Article: Soul

Contributed by Jasmine Kelly

Liberated souls

At the peak of the universe, the crescent-shaped siddha-śilā is where liberated souls – siddhas – exist in neverending bliss.

Siddha-śilā
Image by Anishshah19 © CC-BY-3.0

Souls emancipated from the cycle of birth are siddhas. They have reached perfection and are thus free of the flesh into which their karmas have bound them.

When they reach full spiritual development, souls are free of all karmas. This means that when the human being's lifespan ends, fulfilling its āyus-karma, and the body dies, the soul leaves the body permanently. It regains its original purity, realises its true nature. Therefore, instead of being born into another body again, the perfected soul rises to the siddha-śilā.

The siddha-śilā is also known as the siddha-loka or īśat-prāgbhārā-bhūmi. It is a space at the top of the universe, in which all the siddhas dwell for ever. They remain separate beings here, each experiencing absolute bliss.

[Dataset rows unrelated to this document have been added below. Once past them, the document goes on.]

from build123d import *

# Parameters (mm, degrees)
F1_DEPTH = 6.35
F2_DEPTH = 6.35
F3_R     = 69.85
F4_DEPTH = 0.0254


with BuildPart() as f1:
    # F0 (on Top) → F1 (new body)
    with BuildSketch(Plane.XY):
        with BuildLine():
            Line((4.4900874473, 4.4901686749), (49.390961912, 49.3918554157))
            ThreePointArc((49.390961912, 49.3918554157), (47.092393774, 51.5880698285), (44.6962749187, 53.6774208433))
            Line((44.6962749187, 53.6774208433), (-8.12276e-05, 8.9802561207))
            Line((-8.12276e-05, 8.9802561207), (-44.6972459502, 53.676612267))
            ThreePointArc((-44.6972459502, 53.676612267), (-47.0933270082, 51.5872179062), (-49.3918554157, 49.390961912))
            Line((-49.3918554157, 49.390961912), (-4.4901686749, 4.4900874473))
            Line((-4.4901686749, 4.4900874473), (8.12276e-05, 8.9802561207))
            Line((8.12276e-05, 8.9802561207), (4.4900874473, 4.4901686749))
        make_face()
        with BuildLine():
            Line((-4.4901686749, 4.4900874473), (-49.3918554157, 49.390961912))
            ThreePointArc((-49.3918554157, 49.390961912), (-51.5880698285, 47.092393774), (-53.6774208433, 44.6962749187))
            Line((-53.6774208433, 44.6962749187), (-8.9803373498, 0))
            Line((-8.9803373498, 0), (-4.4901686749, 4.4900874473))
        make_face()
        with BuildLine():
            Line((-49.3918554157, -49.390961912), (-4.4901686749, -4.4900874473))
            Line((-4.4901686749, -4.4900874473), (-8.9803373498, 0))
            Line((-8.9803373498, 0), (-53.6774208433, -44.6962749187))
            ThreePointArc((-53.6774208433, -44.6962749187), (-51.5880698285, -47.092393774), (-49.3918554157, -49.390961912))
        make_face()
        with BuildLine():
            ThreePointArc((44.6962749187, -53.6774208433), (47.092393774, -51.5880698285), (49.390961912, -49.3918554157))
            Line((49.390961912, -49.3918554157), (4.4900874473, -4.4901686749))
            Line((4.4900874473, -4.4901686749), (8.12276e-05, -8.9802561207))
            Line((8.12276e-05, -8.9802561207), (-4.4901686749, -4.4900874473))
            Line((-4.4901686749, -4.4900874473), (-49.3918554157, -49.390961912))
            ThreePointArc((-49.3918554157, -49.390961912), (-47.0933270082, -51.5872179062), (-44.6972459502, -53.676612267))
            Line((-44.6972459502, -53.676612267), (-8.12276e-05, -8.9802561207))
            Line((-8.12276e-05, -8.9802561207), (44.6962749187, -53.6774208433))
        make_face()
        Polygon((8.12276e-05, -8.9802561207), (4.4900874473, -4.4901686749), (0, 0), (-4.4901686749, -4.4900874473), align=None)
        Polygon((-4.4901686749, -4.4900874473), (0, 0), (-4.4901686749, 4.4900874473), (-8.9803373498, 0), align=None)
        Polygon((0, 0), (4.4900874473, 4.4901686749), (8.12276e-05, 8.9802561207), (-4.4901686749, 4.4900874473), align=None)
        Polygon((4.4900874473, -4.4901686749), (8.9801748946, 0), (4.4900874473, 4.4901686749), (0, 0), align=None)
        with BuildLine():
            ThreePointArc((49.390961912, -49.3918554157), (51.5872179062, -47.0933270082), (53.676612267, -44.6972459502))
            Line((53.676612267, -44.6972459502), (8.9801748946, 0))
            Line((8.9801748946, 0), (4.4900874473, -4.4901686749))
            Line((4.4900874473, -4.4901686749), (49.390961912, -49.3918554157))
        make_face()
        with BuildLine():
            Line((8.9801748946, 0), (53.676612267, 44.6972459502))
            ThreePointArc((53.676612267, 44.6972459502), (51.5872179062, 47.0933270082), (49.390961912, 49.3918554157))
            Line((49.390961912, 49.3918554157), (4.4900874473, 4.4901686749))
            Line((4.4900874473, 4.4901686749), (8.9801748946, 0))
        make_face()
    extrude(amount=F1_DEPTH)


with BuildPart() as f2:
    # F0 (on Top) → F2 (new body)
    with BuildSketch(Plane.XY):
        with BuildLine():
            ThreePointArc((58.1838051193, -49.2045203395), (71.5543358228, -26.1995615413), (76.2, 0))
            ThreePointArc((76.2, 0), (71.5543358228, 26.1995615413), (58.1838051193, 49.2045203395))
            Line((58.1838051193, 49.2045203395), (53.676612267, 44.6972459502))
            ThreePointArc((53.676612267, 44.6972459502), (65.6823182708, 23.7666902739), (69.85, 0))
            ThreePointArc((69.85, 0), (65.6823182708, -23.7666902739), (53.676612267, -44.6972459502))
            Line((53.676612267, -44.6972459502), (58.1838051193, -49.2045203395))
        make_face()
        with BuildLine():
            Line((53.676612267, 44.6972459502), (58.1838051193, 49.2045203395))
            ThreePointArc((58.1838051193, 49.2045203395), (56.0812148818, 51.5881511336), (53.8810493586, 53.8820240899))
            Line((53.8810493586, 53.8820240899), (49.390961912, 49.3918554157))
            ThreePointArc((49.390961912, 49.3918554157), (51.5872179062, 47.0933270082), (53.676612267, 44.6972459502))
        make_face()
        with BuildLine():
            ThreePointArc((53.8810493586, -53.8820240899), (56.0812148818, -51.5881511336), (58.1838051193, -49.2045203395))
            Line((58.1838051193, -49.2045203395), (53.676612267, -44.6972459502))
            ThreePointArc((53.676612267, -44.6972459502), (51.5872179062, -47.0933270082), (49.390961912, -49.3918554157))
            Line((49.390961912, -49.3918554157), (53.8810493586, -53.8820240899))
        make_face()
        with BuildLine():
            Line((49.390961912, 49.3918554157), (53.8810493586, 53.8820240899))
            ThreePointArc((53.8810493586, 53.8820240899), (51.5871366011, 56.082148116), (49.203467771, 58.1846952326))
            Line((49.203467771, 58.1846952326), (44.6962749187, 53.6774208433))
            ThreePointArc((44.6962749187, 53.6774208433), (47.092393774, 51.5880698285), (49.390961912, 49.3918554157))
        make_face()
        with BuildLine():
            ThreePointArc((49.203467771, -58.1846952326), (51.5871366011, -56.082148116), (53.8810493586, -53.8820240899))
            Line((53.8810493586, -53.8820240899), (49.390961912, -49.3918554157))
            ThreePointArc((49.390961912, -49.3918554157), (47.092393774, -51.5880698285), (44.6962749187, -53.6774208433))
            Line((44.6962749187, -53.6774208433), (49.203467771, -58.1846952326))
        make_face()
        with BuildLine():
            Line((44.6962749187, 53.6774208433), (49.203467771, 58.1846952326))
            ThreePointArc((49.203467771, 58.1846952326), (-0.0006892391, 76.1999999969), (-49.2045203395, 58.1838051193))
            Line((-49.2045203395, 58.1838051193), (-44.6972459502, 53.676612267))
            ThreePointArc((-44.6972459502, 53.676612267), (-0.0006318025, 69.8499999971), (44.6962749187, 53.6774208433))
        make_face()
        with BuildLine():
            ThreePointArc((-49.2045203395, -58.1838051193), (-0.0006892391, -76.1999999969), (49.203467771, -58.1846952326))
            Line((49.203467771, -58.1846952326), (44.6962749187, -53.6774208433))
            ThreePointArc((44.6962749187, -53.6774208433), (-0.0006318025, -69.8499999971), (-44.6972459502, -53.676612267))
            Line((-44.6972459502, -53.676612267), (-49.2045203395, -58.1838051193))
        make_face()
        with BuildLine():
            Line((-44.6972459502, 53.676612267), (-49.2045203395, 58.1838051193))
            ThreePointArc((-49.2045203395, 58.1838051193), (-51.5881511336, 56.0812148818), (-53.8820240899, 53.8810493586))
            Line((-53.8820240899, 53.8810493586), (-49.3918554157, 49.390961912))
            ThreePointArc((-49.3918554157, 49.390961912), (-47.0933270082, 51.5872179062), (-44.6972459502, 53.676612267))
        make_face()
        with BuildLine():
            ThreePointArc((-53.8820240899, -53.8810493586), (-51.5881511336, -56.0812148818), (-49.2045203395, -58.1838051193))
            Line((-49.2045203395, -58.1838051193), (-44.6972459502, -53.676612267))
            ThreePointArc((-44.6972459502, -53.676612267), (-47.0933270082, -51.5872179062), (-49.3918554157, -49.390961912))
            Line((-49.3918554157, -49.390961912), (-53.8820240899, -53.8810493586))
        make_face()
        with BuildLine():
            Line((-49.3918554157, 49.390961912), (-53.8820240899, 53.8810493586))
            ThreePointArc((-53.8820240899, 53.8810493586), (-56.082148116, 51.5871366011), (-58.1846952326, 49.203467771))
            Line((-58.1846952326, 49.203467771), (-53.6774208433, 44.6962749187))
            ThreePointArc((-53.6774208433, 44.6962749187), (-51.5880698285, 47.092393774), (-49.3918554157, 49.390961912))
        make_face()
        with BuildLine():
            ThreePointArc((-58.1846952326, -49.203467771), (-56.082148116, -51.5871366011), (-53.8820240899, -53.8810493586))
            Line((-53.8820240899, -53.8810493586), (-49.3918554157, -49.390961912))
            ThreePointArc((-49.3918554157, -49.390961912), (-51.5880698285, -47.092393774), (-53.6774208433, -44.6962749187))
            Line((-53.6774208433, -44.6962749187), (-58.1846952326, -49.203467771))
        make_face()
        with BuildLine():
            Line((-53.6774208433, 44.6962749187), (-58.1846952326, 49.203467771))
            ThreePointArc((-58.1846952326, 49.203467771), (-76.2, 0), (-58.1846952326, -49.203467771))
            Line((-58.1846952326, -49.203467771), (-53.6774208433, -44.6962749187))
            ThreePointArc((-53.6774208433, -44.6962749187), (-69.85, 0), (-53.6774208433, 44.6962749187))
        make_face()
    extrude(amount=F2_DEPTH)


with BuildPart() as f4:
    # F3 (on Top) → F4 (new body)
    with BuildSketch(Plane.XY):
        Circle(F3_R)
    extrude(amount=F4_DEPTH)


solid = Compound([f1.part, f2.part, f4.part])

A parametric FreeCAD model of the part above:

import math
import FreeCAD as App
import Part
import Sketcher

V = App.Vector
Q = App.Units.Quantity

doc = App.newDocument("Part")
body = doc.addObject("PartDesign::Body", "Body")

# Sketch on XY plane
sketch1 = body.newObject("Sketcher::SketchObject", "Sketch")
sketch1.AttachmentSupport = (doc.getObject("XY_Plane"), [""])
sketch1.MapMode = "FlatFace"
sketch1.addGeometry(Part.ArcOfCircle(Part.Circle(V(0, 0, 0), V(0, 0, 1), 69.85), math.radians(129.78461), math.radians(135.000518)), False)
sketch1.addGeometry(Part.ArcOfCircle(Part.Circle(V(0, 0, 0), V(0, 0, 1), 69.85), math.radians(135.000518), math.radians(140.216427)), False)
sketch1.addGeometry(Part.LineSegment(V(-53.677421, 44.696275, 0), V(-8.980337, 0, 0)), False)
sketch1.addGeometry(Part.LineSegment(V(-8.980337, 0, 0), V(-53.677421, -44.696275, 0)), False)
sketch1.addGeometry(Part.ArcOfCircle(Part.Circle(V(0, 0, 0), V(0, 0, 1), 69.85), math.radians(-140.216427), math.radians(-135.000518)), False)
sketch1.addGeometry(Part.ArcOfCircle(Part.Circle(V(0, 0, 0), V(0, 0, 1), 69.85), math.radians(-135.000518), math.radians(-129.78461)), False)
sketch1.addGeometry(Part.LineSegment(V(-44.697246, -53.676612, 0), V(-0.000081, -8.980256, 0)), False)
sketch1.addGeometry(Part.LineSegment(V(-0.000081, -8.980256, 0), V(44.696275, -53.677421, 0)), False)
sketch1.addGeometry(Part.ArcOfCircle(Part.Circle(V(0, 0, 0), V(0, 0, 1), 69.85), math.radians(-50.216427), math.radians(-45.000518)), False)
sketch1.addGeometry(Part.ArcOfCircle(Part.Circle(V(0, 0, 0), V(0, 0, 1), 69.85), math.radians(-45.000518), math.radians(-39.78461)), False)
sketch1.addGeometry(Part.LineSegment(V(53.676612, -44.697246, 0), V(8.980175, 0, 0)), False)
sketch1.addGeometry(Part.LineSegment(V(8.980175, 0, 0), V(53.676612, 44.697246, 0)), False)
sketch1.addGeometry(Part.ArcOfCircle(Part.Circle(V(0, 0, 0), V(0, 0, 1), 69.85), math.radians(39.78461), math.radians(45.000518)), False)
sketch1.addGeometry(Part.ArcOfCircle(Part.Circle(V(0, 0, 0), V(0, 0, 1), 69.85), math.radians(45.000518), math.radians(50.216427)), False)
sketch1.addGeometry(Part.LineSegment(V(44.696275, 53.677421, 0), V(-0.000081, 8.980256, 0)), False)
sketch1.addGeometry(Part.LineSegment(V(-0.000081, 8.980256, 0), V(-44.697246, 53.676612, 0)), False)
sketch1.addConstraint(Sketcher.Constraint("Tangent", 0, 2, 1, 1))
sketch1.addConstraint(Sketcher.Constraint("Coincident", 1, 2, 2, 1))
sketch1.addConstraint(Sketcher.Constraint("Coincident", 2, 2, 3, 1))
sketch1.addConstraint(Sketcher.Constraint("Coincident", 3, 2, 4, 1))
sketch1.addConstraint(Sketcher.Constraint("Tangent", 4, 2, 5, 1))
sketch1.addConstraint(Sketcher.Constraint("Coincident", 5, 2, 6, 1))
sketch1.addConstraint(Sketcher.Constraint("Coincident", 6, 2, 7, 1))
sketch1.addConstraint(Sketcher.Constraint("Coincident", 7, 2, 8, 1))
sketch1.addConstraint(Sketcher.Constraint("Tangent", 8, 2, 9, 1))
sketch1.addConstraint(Sketcher.Constraint("Coincident", 9, 2, 10, 1))
sketch1.addConstraint(Sketcher.Constraint("Coincident", 10, 2, 11, 1))
sketch1.addConstraint(Sketcher.Constraint("Coincident", 11, 2, 12, 1))
sketch1.addConstraint(Sketcher.Constraint("Tangent", 12, 2, 13, 1))
sketch1.addConstraint(Sketcher.Constraint("Coincident", 13, 2, 14, 1))
sketch1.addConstraint(Sketcher.Constraint("Coincident", 14, 2, 15, 1))
sketch1.addConstraint(Sketcher.Constraint("Coincident", 15, 2, 0, 1))
sketch1.addConstraint(Sketcher.Constraint("Coincident", 0, 3, -1, 1))
sketch1.addConstraint(Sketcher.Constraint("Coincident", 4, 3, -1, 1))
sketch1.addConstraint(Sketcher.Constraint("Coincident", 8, 3, -1, 1))
sketch1.addConstraint(Sketcher.Constraint("Coincident", 12, 3, -1, 1))
sketch1.addConstraint(Sketcher.Constraint("Equal", 0, 1))
sketch1.addConstraint(Sketcher.Constraint("Equal", 1, 4))
sketch1.addConstraint(Sketcher.Constraint("Equal", 4, 5))
sketch1.addConstraint(Sketcher.Constraint("Equal", 5, 8))
sketch1.addConstraint(Sketcher.Constraint("Equal", 8, 9))
sketch1.addConstraint(Sketcher.Constraint("Equal", 9, 12))
sketch1.addConstraint(Sketcher.Constraint("Equal", 12, 13))
sketch1.addConstraint(Sketcher.Constraint("Symmetric", 6, 2, 14, 2, -1))
sketch1.addConstraint(Sketcher.Constraint("PointOnObject", 2, 2, -1))
sketch1.addConstraint(Sketcher.Constraint("PointOnObject", 10, 2, -1))
sketch1.addConstraint(Sketcher.Constraint("Parallel", 3, 6))
sketch1.addConstraint(Sketcher.Constraint("Perpendicular", 6, 7))
sketch1.addConstraint(Sketcher.Constraint("Parallel", 7, 10))
sketch1.addConstraint(Sketcher.Constraint("Perpendicular", 2, 11))
sketch1.addConstraint(Sketcher.Constraint("Parallel", 11, 14))
sketch1.addConstraint(Sketcher.Constraint("Perpendicular", 14, 15))
sketch1.addConstraint(Sketcher.Constraint("Vertical", 1, 2, 3, 2))
sketch1.addConstraint(Sketcher.Constraint("Vertical", 0, 2, 4, 2))
sketch1.addConstraint(Sketcher.Constraint("Vertical", 8, 2, 12, 2))
sketch1.addConstraint(Sketcher.Constraint("Equal", 6, 7))
sketch1.addConstraint(Sketcher.Constraint("Radius", 0, Q("2.75 in")))
sketch1.addConstraint(Sketcher.Constraint("DistanceY", 8, 2, 6, 2, 40.411599))
sketch1.addConstraint(Sketcher.Constraint("DistanceX", 10, 2, 13, 2, 35.7161))
sketch1.addConstraint(Sketcher.Constraint("Distance", 2, 63.21065))
sketch1.addConstraint(Sketcher.Constraint("Distance", 10, 63.21088))
sketch1.addConstraint(Sketcher.Constraint("DistanceY", -1, 1, 0, 2, 49.390962))
sketch1.addConstraint(Sketcher.Constraint("DistanceX", 1, 2, -1, 1, 53.677421))
pad1 = body.newObject("PartDesign::Pad", "Pad")
pad1.Profile = sketch1
pad1.Length = Q("0.25 in")
body2 = doc.addObject("PartDesign::Body", "Body001")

Other terms for siddha – perfect, liberated soul – are:

Indian religions and the soul

Along with other religions that originated in India, such as Hinduism and Buddhism, Jains believe that souls:

  • are trapped in the neverending cycle of rebirth – saṃsāra
  • are reborn in different bodies according to the karma they have collected
  • can only break out of the cycle of rebirth by being born a human being, achieving enlightenment and then, leaving the body behind, reaching liberation
  • with karma attached to them can never be enlightened – the bondage of karma.

The Jain concepts of the soul and karma differ from those of the other Indian faiths, however. In Jainism souls are individual with the same innate qualities. They accrue karmas that are bound to them throughout the cycle of birth until they mature and fall away. Souls remain individual once they are perfected.

Followers of the Buddha do not believe in a soul in the same way as Jains and Hindus. The Buddha preached anatta – the doctrine of no soul – and that the cycle of birth involves a transfer of consciousness from one body to another, influenced by karma. Nirvāṇa is the term usually used for liberation or salvation – in which followers of the Buddha realise that there is neither self nor consciousness. It describes the extinguishing of the 'fires' of attachment, aversion and ignorance that cause suffering. Enlightened souls thus gain release from the cycle of births when they die – mokṣa – instead of another rebirth.

There is a variety of belief among Hindu traditions, although most Hindus believe in the soul or self – ātman – and liberation. Broadly, for Hindus ignorance of the true self or soul creates desire for and enjoyment of the world, which traps the soul in the cycle of birth. Karma comes from thoughts, words and deeds, and influences future lives. Between two births, the soul goes either to hell, to be punished for bad actions, or to heaven, where it enjoys rewards for good actions. Hindu mokṣa is the perfecting of the soul and release from the cycle of rebirths, although various schools differ on whether realisation of the soul can be achieved during or after life.